Holding his elbow out to me, he led me through the big steel door and toward his waiting sleek, sporty, super-expensive black car parked in the alley directly next to Lilou. It sat beneath a rough garage-like structure covered in ivy.
“This is your car?” I asked, dumbfounded. There was obviously no way I could ride in it. It looked more expensive than my entire life. And I didn’t mean that in an accumulated-assets kind of way. I meant on like a physical, existential, me-plus-my-assets-plus-every-other-thing-about-me-past-present-and-future-plus-potential-cats kind of way. This car was insane.
“Pretty, isn’t she?”
I could only nod dumbly.
“She’s an Alfa Romeo,” he told me. “She’s new.”

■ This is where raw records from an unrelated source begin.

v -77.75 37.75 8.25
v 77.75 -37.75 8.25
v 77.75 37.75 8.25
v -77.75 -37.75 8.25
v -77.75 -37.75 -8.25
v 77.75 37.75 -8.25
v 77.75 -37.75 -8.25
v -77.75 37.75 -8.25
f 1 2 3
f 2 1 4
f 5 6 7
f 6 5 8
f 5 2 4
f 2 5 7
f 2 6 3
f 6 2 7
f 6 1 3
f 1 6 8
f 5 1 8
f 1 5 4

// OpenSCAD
example_phone_len = 155.5;
example_phone_wid = 75.5;
example_phone_h   = 16.5;

module example_phone() {
    cube([example_phone_len, example_phone_wid, example_phone_h], center=true);
    
}


example_phone();
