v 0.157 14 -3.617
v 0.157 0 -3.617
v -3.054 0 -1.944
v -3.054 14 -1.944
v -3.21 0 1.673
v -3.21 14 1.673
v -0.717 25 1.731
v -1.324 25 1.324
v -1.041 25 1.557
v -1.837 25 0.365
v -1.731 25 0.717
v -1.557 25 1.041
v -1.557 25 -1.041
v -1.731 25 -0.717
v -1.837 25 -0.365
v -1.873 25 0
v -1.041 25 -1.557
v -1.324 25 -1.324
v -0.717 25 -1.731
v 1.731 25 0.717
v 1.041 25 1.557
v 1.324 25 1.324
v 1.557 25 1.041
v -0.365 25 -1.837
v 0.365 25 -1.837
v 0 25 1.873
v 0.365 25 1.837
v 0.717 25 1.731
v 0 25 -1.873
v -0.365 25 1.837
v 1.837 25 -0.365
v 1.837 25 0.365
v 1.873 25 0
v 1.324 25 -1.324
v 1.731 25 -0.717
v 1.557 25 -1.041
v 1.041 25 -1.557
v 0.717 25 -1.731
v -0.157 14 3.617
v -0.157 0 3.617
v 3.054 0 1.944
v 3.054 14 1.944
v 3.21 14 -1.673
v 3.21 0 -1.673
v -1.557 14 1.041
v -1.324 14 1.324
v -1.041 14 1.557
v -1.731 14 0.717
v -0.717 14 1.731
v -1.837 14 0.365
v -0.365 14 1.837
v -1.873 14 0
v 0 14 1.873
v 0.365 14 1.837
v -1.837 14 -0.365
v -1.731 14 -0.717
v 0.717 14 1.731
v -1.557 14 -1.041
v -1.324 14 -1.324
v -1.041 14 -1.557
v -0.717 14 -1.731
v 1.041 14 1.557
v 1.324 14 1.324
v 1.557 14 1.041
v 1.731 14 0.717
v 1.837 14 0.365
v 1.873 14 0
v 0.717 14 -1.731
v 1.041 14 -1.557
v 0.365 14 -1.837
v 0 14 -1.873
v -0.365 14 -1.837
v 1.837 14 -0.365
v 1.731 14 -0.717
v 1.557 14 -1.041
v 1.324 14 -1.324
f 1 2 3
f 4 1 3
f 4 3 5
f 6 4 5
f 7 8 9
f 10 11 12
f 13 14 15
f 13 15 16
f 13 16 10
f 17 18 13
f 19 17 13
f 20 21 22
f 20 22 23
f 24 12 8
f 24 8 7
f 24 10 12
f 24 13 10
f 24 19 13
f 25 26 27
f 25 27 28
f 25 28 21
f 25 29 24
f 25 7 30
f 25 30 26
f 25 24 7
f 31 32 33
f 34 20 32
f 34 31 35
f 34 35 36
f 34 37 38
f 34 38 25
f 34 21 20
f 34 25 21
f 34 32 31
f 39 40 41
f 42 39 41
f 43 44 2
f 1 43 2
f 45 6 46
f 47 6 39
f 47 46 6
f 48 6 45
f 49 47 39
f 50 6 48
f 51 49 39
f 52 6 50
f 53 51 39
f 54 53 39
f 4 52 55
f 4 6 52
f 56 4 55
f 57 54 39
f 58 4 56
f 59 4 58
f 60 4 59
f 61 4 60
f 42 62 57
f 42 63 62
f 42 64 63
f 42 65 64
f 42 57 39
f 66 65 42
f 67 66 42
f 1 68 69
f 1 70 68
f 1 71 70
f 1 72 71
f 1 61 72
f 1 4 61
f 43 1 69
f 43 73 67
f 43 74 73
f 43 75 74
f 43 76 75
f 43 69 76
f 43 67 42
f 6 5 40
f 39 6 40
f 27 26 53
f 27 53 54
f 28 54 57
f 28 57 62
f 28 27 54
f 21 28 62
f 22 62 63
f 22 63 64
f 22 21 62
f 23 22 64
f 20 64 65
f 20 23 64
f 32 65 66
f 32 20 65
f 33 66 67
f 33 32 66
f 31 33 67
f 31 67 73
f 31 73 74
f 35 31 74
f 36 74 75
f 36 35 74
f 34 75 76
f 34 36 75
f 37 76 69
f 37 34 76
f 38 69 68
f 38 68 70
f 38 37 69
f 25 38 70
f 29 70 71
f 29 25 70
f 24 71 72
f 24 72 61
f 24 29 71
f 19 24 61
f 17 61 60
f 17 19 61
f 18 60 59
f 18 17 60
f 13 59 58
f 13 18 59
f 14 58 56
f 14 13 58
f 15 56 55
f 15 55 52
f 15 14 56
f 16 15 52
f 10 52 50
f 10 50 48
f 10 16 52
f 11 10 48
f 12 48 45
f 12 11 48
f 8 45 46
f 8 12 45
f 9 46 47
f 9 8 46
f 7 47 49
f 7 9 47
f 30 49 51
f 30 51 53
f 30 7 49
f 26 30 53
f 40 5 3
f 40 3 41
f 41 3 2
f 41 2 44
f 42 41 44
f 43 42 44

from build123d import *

# Parameters (mm, degrees)
BOSS_EXTRUDE1_DEPTH = 25
SKETCH2_OUTSIDE_W   = 13.782
SKETCH2_OUTSIDE_H   = 14.596
SKETCH2_OUTSIDE_R   = 1.873084861
CUT_EXTRUDE1_DEPTH  = 11


with BuildPart() as part:
    # Sketch1 → Boss-Extrude1 (new body)
    with BuildSketch(Plane(origin=(0, 0, 0), x_dir=(1, 0, 0), z_dir=(0, 1, 0))):
        Polygon((3.210447175, 1.67252173), (0.156777281, 3.616589676), (-3.053669894, 1.944067946), (-3.210447175, -1.67252173), (-0.156777281, -3.616589676), (3.053669894, -1.944067946), align=None)
    extrude(amount=BOSS_EXTRUDE1_DEPTH)

    # Sketch2 outside → Cut-Extrude1 (cut)
    with BuildSketch(Plane(origin=(0, 25, 0), x_dir=(1, 0, 0), z_dir=(0, 1, 0))):
        Rectangle(SKETCH2_OUTSIDE_W, SKETCH2_OUTSIDE_H)
        with Locations(Location((0, 0, 0), (0, 0, 270))):
            Circle(SKETCH2_OUTSIDE_R, mode=Mode.SUBTRACT)
    extrude(amount=-CUT_EXTRUDE1_DEPTH, mode=Mode.SUBTRACT)


solid = part.part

Holding back a sigh, I said, “Of course she is.” That’s Alfa Ro-may-o for those of you reading it like Romeo and Juliet. Because this isn’t that kind of story, yo.
Ezra held the door open for me and I sobered a little as I slid onto buttery leather. He climbed in a second later and handed me my purse.

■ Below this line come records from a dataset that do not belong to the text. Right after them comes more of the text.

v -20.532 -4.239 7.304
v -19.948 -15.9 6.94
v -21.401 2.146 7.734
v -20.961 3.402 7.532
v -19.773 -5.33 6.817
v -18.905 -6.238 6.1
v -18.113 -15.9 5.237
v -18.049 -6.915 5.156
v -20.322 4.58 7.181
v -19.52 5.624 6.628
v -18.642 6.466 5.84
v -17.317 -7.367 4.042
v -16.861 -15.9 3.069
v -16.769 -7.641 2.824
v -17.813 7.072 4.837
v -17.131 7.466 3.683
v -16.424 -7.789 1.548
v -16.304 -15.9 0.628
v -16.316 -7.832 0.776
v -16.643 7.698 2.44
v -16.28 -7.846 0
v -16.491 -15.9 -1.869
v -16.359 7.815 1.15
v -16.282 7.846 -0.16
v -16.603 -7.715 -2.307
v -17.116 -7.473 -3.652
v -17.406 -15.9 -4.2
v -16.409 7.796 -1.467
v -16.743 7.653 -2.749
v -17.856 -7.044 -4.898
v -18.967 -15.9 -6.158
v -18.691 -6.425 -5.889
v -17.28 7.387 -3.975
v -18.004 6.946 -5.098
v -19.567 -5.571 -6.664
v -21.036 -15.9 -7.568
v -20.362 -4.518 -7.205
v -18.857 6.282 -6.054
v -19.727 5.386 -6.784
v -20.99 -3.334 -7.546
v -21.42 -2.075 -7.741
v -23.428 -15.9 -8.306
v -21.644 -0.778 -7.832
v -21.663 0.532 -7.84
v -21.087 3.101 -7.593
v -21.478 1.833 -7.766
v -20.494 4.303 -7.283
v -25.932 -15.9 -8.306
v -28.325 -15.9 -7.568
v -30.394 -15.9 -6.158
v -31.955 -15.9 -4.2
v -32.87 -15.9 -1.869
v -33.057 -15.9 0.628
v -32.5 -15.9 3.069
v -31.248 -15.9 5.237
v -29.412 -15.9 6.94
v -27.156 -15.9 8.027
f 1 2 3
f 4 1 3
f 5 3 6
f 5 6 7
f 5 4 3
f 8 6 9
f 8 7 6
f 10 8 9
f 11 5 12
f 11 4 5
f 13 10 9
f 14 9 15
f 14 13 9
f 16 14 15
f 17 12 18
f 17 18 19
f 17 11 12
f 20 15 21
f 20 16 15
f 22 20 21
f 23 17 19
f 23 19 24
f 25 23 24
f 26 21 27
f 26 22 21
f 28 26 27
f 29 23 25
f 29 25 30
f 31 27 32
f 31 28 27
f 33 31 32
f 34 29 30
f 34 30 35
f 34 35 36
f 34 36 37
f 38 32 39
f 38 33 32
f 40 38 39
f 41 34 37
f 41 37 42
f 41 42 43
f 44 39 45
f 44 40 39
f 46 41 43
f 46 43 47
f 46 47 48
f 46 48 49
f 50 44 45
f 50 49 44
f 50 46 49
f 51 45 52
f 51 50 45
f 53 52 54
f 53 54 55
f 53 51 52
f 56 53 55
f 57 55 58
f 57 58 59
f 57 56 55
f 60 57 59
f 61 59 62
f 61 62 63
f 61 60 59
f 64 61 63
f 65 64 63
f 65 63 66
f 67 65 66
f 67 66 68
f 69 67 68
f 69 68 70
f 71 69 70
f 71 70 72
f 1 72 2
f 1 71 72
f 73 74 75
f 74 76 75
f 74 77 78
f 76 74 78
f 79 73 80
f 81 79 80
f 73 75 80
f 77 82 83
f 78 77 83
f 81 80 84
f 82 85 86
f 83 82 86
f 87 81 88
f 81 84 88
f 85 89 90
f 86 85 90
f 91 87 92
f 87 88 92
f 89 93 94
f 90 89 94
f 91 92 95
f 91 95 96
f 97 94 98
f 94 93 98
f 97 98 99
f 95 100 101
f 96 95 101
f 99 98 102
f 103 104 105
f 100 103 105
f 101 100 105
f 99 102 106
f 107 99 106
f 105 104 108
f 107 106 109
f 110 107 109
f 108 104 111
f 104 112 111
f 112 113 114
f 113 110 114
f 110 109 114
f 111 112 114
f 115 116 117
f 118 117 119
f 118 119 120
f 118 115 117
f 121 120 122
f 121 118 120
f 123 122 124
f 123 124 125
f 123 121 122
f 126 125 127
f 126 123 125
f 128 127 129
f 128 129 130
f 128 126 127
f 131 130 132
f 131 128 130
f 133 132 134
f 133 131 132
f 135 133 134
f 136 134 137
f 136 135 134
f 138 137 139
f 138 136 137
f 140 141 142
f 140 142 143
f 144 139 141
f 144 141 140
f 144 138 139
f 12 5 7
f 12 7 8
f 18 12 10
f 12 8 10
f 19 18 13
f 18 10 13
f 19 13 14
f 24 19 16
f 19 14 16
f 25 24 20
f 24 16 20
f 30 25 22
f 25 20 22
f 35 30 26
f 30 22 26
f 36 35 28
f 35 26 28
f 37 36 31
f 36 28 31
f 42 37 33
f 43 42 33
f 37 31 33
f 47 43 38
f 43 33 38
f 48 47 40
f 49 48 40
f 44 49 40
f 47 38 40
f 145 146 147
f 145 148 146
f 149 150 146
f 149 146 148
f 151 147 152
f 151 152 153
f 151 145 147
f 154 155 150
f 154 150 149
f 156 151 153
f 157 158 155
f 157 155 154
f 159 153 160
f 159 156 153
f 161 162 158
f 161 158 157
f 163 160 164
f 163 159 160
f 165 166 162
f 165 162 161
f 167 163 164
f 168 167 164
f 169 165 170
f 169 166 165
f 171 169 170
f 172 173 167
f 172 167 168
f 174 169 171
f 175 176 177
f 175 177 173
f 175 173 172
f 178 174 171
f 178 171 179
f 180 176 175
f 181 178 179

“Sorry,” he murmured. “I don’t know why I’m still holding onto it.”
“Clearly you want a restaurant called Molly,” I teased. “You’re trying to steal my identity after all.”
He stared at me, his eyes shrewd and investigative. I stared back, brave with liquid courage and unafraid of what he would find. Although I didn’t know what he was looking for or why he was suddenly being nice to me.

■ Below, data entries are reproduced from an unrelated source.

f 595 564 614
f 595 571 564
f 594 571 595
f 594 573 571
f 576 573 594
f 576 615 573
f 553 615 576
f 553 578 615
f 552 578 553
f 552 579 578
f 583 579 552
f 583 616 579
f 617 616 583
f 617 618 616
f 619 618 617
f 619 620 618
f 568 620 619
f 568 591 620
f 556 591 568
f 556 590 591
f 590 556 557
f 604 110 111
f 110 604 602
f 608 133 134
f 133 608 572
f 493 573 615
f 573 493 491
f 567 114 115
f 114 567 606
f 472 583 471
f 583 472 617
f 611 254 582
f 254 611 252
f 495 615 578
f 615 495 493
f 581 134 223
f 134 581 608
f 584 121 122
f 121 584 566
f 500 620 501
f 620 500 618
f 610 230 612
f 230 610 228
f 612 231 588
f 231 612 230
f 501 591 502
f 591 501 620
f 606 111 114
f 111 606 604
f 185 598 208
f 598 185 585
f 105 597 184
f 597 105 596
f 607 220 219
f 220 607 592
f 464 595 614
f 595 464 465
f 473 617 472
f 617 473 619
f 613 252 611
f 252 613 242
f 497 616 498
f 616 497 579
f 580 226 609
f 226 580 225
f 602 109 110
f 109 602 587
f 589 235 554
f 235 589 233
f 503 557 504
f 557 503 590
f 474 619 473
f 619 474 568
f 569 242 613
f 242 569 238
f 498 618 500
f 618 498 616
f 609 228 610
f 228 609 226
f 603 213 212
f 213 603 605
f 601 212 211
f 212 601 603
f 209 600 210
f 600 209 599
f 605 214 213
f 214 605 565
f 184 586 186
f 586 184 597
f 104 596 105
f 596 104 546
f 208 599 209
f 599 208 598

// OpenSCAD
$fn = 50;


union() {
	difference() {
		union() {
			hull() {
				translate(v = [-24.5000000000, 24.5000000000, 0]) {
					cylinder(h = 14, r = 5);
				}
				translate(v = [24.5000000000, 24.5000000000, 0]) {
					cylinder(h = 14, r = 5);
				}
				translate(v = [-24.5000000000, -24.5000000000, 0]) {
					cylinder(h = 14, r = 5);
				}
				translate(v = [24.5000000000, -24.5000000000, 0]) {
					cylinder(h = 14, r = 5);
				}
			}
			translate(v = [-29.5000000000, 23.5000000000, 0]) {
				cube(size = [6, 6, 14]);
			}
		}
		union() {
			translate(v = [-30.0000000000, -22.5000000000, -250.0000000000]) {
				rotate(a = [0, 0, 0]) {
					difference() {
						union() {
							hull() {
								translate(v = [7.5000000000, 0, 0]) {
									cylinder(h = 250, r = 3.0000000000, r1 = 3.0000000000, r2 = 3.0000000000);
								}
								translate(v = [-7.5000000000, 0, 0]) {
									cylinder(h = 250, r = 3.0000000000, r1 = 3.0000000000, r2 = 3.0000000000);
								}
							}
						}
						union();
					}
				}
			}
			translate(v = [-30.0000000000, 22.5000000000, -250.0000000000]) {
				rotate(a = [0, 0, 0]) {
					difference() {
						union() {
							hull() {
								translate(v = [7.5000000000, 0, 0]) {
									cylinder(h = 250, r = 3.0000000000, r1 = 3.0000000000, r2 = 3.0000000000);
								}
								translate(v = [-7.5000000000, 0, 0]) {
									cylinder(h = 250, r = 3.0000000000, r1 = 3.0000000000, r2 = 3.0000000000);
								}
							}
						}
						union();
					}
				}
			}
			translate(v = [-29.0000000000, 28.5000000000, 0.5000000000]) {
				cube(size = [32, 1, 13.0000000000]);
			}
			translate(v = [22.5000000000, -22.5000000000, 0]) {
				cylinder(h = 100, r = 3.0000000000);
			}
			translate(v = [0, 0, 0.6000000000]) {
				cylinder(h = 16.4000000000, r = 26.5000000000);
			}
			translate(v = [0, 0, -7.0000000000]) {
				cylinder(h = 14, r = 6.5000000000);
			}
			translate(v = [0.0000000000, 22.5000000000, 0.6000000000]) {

“It does have a nice ring to it.” Just one side of his mouth lifted. “Or maybe I would call it MM. M’s? Maverick? The thing about you is that there are just so many possibilities.”
Sliding my tongue over my dry bottom lip, I didn’t know what to make of this sudden sense of humor. “Maverick sounds like a sports bar and that doesn’t really seem like your type.”
“You say that, but you don’t really know what my type is, do you?” Before I could respond, he turned back to his new car.
The car purred to life, rumbling and growling, and making all kinds of sounds I’d never heard a car make before. He expertly reversed out of the alley and then went forward into the flow of traffic. For a few minutes, I just listened to the hum of the engine and wondered if I would henceforth compare all other cars to this one—which was clearly setting me up for a very disappointing life.